Les scientifiques s’intéressent à d’autres aspects techniques de l’agriculture urbaine. L’école AgroParisTech a ainsi transformé en potager expérimental le toit du bâtiment qu’elle occupe dans le 5e arrondissement, pour analyser les effets de la pollution urbaine sur les cultures et tester des substrats issus de déchets urbains, plus écologiques que la tourbe habituellement utilisée. « Prélevée dans des tourbières naturelles, elle en perturbe les écosystèmes », explique Nicolas Bel, à l’origine du projet avec Nicolas Marchal.
Fort de cette première expérience, Nicolas Bel, jeune ingénieur par ailleurs professeur de mathématiques, a créé sa société, Topager, et développe des projets pour le compte de clients privés. Comme le restaurant du chef triplement étoilé Yannick Alléno, Terroir parisien, dans le 5e, à Paris. Les légumes qu’il mitonne proviennent directement du toit du bâtiment. Nicolas Bel compte aussi à son actif un jardin thérapeutique destiné aux enfants autistes que le centre Robert-Doisneau accueille dans le 18e arrondissement. Et les demandes se multiplient, notamment de la part d’hôtels ou de particuliers.
Vers l’autonomie alimentaire des citadins ?
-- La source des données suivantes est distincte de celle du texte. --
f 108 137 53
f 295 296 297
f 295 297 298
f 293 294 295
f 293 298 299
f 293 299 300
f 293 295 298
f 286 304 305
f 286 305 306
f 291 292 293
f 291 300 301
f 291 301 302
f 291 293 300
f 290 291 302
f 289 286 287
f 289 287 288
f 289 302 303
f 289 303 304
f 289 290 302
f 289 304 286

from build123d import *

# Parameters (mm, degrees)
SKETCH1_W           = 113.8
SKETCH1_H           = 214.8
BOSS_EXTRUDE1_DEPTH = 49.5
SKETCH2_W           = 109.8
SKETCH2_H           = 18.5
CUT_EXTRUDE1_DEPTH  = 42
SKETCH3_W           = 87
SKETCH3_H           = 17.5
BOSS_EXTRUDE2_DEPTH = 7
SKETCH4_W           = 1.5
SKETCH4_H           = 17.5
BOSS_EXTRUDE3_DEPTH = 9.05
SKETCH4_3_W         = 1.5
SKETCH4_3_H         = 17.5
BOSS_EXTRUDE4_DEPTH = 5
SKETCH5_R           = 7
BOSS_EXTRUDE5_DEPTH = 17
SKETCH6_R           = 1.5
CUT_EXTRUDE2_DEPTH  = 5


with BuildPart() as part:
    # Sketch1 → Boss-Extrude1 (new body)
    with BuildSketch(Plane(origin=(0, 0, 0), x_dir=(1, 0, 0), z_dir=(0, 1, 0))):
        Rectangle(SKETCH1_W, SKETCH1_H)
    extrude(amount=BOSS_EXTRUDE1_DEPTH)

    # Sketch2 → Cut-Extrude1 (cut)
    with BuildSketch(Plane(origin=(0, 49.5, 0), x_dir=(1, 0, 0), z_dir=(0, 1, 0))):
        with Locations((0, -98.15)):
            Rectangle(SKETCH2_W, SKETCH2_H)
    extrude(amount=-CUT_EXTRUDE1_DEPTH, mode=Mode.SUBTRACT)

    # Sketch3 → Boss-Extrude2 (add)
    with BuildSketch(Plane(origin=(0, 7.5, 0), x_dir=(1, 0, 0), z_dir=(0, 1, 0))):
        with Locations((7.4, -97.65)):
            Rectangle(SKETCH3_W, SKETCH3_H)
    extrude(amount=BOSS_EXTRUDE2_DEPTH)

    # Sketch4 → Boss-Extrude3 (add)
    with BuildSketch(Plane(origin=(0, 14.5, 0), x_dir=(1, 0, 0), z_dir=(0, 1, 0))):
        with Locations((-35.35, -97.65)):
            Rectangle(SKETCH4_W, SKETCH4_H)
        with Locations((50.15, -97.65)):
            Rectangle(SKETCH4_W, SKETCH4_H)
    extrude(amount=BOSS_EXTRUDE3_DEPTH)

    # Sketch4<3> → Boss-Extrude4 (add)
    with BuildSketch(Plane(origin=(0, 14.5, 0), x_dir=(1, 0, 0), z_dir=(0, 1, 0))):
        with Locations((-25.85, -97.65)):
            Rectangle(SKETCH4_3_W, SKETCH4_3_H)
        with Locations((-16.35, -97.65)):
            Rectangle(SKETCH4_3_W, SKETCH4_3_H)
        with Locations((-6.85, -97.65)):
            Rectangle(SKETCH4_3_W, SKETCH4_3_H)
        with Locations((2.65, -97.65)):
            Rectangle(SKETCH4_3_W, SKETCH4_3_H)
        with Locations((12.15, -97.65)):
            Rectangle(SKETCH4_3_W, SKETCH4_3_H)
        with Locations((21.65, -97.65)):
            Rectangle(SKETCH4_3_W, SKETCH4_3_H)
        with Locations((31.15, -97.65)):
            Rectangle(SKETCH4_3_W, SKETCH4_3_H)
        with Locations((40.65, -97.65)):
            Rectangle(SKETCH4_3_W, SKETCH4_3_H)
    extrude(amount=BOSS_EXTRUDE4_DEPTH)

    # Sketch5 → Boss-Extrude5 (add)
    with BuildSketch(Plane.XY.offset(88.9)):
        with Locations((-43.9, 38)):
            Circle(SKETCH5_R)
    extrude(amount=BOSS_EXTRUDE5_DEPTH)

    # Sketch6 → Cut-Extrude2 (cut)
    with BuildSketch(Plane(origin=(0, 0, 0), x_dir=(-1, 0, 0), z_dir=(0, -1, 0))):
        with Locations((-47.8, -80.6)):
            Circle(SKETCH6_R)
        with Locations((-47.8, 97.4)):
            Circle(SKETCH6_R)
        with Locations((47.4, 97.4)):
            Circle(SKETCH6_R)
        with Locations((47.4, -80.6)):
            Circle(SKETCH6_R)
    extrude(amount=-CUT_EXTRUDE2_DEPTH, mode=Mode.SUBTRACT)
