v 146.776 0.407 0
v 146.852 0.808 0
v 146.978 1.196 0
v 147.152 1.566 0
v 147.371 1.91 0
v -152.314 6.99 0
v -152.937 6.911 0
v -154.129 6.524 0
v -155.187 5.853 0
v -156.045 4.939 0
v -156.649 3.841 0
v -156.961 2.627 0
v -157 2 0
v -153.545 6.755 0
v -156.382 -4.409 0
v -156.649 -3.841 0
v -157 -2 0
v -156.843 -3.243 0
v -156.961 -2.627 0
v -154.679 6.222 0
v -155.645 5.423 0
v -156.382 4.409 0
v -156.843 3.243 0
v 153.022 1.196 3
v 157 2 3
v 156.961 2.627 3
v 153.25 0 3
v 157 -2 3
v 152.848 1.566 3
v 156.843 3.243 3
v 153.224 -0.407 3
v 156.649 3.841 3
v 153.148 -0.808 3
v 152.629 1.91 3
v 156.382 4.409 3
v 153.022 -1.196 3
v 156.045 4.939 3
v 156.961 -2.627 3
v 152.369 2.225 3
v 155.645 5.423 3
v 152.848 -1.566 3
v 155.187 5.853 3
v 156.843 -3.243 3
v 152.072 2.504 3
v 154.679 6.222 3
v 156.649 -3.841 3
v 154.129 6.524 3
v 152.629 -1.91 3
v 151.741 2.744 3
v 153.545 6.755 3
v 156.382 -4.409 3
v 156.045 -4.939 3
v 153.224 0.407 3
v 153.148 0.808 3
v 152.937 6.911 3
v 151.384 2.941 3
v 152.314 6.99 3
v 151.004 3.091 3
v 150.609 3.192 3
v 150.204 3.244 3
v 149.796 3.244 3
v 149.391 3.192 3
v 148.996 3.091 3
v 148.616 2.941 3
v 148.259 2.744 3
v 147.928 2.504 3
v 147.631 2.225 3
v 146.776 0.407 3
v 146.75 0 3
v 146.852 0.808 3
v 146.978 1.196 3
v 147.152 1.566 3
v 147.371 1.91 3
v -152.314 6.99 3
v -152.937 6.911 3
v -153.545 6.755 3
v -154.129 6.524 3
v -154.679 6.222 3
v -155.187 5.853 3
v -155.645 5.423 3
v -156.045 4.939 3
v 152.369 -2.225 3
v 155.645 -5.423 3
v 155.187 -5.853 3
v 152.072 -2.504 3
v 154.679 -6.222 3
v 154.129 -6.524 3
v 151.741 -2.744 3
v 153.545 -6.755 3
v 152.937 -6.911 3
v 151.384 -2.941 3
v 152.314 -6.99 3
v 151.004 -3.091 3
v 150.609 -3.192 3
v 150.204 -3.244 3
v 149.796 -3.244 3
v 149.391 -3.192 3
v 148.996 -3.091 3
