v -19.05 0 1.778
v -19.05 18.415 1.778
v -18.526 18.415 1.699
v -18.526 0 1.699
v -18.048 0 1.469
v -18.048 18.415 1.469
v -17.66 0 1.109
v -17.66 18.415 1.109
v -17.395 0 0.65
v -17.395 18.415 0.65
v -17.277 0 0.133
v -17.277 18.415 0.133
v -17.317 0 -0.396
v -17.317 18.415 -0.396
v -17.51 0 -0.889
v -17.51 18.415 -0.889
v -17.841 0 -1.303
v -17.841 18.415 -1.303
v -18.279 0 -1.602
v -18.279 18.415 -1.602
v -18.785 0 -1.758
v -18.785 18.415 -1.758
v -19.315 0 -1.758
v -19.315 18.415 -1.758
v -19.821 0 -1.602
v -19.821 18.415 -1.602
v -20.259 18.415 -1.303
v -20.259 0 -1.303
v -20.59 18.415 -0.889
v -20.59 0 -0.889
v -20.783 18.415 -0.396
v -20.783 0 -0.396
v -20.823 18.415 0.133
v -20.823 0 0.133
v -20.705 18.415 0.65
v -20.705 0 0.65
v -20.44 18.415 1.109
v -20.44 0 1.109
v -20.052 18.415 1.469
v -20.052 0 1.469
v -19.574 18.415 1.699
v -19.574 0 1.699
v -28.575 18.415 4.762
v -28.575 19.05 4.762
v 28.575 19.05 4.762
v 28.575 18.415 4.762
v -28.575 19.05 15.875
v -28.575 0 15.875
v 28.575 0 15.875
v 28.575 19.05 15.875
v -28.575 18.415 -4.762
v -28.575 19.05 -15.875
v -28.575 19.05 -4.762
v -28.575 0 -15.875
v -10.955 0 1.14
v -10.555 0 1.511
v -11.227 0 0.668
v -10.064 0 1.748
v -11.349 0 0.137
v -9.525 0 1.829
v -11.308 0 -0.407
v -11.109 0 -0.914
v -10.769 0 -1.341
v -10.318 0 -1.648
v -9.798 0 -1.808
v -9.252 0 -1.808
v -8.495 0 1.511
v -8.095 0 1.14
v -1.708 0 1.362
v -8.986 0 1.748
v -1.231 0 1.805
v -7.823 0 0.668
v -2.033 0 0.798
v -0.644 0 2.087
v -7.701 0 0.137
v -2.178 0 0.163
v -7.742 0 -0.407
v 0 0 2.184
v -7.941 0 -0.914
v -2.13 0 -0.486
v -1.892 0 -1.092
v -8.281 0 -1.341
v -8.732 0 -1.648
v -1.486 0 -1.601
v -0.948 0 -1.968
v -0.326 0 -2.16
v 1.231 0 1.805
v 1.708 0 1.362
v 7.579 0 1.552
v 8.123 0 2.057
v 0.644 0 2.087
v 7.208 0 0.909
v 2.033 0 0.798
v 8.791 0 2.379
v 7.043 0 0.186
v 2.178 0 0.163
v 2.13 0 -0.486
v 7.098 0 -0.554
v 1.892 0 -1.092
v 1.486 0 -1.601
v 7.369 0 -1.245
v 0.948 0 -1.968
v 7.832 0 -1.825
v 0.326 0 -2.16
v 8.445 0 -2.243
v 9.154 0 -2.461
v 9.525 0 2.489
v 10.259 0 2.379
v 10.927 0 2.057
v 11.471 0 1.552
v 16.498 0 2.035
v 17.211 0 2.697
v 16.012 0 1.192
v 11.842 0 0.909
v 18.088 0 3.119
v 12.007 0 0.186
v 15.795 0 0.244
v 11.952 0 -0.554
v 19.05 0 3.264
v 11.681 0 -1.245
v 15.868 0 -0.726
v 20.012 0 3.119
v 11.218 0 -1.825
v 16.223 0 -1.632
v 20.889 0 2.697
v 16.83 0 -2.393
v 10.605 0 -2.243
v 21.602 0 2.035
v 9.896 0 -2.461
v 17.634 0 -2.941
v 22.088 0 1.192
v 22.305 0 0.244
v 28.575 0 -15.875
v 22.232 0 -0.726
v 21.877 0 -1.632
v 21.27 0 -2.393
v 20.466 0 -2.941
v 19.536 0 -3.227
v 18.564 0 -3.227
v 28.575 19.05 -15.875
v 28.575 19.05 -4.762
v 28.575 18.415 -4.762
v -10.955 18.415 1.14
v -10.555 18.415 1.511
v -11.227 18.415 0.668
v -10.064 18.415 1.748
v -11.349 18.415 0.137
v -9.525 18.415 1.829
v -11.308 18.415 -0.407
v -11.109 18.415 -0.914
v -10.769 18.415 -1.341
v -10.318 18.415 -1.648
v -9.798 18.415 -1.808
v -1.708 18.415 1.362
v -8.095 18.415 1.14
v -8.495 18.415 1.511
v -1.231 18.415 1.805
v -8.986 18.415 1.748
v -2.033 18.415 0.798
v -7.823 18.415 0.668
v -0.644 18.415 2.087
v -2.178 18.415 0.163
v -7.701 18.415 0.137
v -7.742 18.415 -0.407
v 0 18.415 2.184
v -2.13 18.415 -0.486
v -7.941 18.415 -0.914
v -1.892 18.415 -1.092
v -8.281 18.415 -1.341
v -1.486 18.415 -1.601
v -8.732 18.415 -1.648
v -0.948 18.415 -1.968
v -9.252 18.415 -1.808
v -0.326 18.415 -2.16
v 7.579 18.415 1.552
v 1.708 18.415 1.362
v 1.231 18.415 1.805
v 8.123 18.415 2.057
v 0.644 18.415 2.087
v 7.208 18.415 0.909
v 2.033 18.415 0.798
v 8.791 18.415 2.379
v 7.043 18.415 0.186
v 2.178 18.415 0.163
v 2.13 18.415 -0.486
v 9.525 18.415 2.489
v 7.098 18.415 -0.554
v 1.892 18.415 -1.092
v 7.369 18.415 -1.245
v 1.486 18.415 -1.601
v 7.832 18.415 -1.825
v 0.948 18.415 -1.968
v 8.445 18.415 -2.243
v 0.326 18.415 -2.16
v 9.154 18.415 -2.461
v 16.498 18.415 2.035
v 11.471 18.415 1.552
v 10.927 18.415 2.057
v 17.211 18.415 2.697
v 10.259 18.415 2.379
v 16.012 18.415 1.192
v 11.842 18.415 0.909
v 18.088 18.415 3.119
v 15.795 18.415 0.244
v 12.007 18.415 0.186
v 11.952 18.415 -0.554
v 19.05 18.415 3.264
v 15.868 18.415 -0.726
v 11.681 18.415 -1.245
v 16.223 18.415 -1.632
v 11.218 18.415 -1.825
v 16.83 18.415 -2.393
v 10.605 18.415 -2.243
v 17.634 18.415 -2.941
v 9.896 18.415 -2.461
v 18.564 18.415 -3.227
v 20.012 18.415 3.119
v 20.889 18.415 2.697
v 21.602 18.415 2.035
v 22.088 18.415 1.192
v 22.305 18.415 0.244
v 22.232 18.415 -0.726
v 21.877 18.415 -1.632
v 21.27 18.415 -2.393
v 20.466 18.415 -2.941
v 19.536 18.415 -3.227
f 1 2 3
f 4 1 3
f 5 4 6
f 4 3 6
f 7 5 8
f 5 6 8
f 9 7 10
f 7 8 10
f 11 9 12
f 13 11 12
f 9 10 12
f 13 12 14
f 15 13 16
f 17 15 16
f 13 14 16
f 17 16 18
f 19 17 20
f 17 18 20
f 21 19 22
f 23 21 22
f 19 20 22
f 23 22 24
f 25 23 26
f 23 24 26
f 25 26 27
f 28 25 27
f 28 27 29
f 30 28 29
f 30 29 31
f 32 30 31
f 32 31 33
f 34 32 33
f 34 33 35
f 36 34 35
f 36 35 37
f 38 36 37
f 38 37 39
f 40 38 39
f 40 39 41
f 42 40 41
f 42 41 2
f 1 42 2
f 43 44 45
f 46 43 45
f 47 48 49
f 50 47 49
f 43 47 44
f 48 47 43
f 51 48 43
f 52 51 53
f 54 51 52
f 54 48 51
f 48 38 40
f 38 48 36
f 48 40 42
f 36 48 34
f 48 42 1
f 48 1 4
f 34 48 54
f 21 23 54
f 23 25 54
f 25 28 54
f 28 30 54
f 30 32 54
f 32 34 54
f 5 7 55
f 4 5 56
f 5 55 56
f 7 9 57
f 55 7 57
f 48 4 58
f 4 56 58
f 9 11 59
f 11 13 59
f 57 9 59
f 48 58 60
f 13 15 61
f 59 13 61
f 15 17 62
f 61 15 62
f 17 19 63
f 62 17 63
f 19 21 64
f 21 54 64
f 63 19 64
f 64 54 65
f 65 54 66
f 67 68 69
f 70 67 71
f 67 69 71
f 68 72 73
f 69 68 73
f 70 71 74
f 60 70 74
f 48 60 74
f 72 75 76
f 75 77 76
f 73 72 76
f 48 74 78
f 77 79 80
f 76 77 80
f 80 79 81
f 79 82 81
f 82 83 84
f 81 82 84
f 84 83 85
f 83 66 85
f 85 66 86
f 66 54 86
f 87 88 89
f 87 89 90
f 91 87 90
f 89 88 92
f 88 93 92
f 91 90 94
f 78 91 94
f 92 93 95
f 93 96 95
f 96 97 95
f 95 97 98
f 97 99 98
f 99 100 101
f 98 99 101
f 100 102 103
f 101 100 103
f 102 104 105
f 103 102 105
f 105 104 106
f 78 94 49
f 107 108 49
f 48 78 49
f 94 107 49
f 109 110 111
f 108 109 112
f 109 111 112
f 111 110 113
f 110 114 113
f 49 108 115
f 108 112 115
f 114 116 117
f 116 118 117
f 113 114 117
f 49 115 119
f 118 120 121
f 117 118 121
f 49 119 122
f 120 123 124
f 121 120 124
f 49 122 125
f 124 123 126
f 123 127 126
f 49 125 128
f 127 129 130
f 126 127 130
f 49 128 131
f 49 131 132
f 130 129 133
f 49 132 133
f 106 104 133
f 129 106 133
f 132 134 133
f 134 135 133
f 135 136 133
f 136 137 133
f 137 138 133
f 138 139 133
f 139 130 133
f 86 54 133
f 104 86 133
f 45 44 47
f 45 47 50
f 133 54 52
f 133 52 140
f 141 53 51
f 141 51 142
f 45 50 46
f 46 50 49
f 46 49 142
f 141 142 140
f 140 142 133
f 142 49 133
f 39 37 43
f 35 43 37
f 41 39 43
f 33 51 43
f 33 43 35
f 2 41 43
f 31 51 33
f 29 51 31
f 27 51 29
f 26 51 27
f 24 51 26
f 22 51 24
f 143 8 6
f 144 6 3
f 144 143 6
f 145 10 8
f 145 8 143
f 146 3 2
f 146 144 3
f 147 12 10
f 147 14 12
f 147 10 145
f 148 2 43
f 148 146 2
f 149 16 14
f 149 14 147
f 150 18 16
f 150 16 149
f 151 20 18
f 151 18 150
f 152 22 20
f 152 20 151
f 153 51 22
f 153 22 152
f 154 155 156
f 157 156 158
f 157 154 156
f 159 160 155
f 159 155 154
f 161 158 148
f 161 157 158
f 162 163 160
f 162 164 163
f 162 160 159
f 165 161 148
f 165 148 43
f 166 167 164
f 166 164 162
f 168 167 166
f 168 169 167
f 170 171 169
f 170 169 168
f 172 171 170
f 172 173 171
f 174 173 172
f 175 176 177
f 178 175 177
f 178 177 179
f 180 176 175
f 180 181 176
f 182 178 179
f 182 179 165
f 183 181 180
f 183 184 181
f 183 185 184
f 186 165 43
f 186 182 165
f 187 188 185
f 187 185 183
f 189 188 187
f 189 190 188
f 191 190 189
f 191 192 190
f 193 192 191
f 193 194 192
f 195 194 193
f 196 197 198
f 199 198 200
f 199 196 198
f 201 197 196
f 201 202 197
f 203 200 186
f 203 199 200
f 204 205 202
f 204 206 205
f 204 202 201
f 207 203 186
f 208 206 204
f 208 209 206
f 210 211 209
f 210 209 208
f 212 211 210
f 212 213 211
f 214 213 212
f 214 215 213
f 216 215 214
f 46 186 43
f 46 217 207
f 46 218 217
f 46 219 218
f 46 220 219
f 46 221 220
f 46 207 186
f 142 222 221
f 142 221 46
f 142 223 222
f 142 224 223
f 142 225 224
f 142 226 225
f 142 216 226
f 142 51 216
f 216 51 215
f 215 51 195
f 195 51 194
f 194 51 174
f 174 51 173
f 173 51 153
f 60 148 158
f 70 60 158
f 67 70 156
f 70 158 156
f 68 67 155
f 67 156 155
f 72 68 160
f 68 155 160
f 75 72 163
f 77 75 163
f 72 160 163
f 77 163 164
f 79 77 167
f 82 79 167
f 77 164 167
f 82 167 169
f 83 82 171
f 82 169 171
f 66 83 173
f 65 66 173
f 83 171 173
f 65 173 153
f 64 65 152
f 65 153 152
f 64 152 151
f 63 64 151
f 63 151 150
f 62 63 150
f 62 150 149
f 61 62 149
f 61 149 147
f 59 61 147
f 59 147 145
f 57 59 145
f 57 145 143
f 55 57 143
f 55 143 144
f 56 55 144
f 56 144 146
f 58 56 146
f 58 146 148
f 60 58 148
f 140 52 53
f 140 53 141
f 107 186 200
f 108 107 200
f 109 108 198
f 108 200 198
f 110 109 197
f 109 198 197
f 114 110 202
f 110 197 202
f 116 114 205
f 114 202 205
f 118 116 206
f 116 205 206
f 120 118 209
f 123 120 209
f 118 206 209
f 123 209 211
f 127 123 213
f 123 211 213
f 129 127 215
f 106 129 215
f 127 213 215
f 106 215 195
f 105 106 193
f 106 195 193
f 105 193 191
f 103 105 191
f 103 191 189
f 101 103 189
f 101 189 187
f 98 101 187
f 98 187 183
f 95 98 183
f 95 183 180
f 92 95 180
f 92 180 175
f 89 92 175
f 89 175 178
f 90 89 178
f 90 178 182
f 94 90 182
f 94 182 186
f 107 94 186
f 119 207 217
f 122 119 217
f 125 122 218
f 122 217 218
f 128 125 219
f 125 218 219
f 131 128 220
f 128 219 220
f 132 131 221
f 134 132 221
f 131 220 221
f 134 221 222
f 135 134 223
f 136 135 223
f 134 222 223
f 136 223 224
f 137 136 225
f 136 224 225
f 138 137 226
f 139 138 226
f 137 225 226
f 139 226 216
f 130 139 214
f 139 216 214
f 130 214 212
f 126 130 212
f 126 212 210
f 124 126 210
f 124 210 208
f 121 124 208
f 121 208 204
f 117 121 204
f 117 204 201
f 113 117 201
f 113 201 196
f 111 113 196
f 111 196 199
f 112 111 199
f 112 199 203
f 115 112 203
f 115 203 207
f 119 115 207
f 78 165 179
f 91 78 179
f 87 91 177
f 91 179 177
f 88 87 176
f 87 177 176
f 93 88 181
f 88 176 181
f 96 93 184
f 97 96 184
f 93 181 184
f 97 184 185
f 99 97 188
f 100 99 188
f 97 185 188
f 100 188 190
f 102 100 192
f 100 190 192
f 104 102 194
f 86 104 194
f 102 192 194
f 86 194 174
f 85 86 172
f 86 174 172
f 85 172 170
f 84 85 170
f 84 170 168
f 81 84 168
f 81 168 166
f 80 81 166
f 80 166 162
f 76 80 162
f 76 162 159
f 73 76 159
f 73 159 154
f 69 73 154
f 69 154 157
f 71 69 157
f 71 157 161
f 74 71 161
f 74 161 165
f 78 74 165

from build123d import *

# Parameters (mm, degrees)
SKETCH1_W           = 57.15
SKETCH1_H           = 31.75
BOSS_EXTRUDE1_DEPTH = 19.05
SKETCH2_W           = 57.15
SKETCH2_H           = 9.525
CUT_EXTRUDE1_DEPTH  = 0.635
SKETCH3_R           = 1.778
SKETCH3_R_2         = 1.8288
SKETCH3_R_3         = 2.1844
SKETCH3_R_4         = 2.4892
SKETCH3_R_5         = 3.2639
CUT_EXTRUDE2_DEPTH  = 38.518774967


with BuildPart() as part:
    # Sketch1 → Boss-Extrude1 (new body)
    with BuildSketch(Plane(origin=(0, 0, 0), x_dir=(1, 0, 0), z_dir=(0, 1, 0))):
        Rectangle(SKETCH1_W, SKETCH1_H)
    extrude(amount=BOSS_EXTRUDE1_DEPTH)

    # Sketch2 → Cut-Extrude1 (cut)
    with BuildSketch(Plane(origin=(0, 19.05, 0), x_dir=(1, 0, 0), z_dir=(0, 1, 0))):
        Rectangle(SKETCH2_W, SKETCH2_H)
    extrude(amount=-CUT_EXTRUDE1_DEPTH, mode=Mode.SUBTRACT)

    # Sketch3 → Cut-Extrude2 (cut, through all)
    with BuildSketch(Plane(origin=(0, 18.415, 0), x_dir=(1, 0, 0), z_dir=(0, 1, 0))):
        with Locations(Location((-19.05, 0, 0), (0, 0, 270))):
            Circle(SKETCH3_R)
        with Locations(Location((-9.525, 0, 0), (0, 0, 270))):
            Circle(SKETCH3_R_2)
        with Locations(Location((0, 0, 0), (0, 0, 270))):
            Circle(SKETCH3_R_3)
        with Locations(Location((9.525, 0, 0), (0, 0, 270))):
            Circle(SKETCH3_R_4)
        with Locations(Location((19.05, 0, 0), (0, 0, 270))):
            Circle(SKETCH3_R_5)
    extrude(amount=-CUT_EXTRUDE2_DEPTH, mode=Mode.SUBTRACT)


solid = part.part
Autre entrepreneur, Virginie Dulucq a été récemment récompensée par le prix Créatrices d’avenir, décerné par la région Île-de-France et la préfecture de région. Fille d’agriculteurs, c’est lors de son expérience de l’aménagement urbain qu’elle prend conscience des surfaces laissées en friche dans les quartiers en rénovation. UrbAgri, la société qu’elle a créée, s’inscrit dans l’économie sociale et solidaire. Elle vise plusieurs objectifs : promouvoir des projets d’agriculture urbaine dans ces friches et sur les toits, y créer des emplois pour des populations défavorisées, mettre en oeuvre des solutions efficaces en termes d’isolation thermique des bâtiments. Deux projets sont en attente de financements, l’un sur une friche en Seine-Saint-Denis, l’autre sur la toiture d’un immeuble de logements sociaux dans le Val-de-Marne.
Effet de mode, cette agriculture urbaine ? Pas vraiment. Elle se développe rapidement aux États-Unis. Et outre les multiples colloques organisés sur ce thème en France, elle bénéficiera par exemple dès la rentrée prochaine d’un cursus à part entière à AgroParisTech. L’International Urban Food Network, un réseau de coopération internationale sur la gouvernance alimentaire urbaine fondé en 2011 pour faire le lien entre chercheurs et collectivités, s’intéresse d’abord à l’autonomie alimentaire comme axe du développement des territoires et s’inscrit dans la lignée de François Ascher. Cet économiste, sociologue et urbaniste aujourd’hui décédé définissait la ville comme « un regroupement de populations ne produisant pas elles-mêmes leurs moyens de subsistance ». C’est ce postulat que tous ces passionnés s’appliquent précisément à rendre obsolète.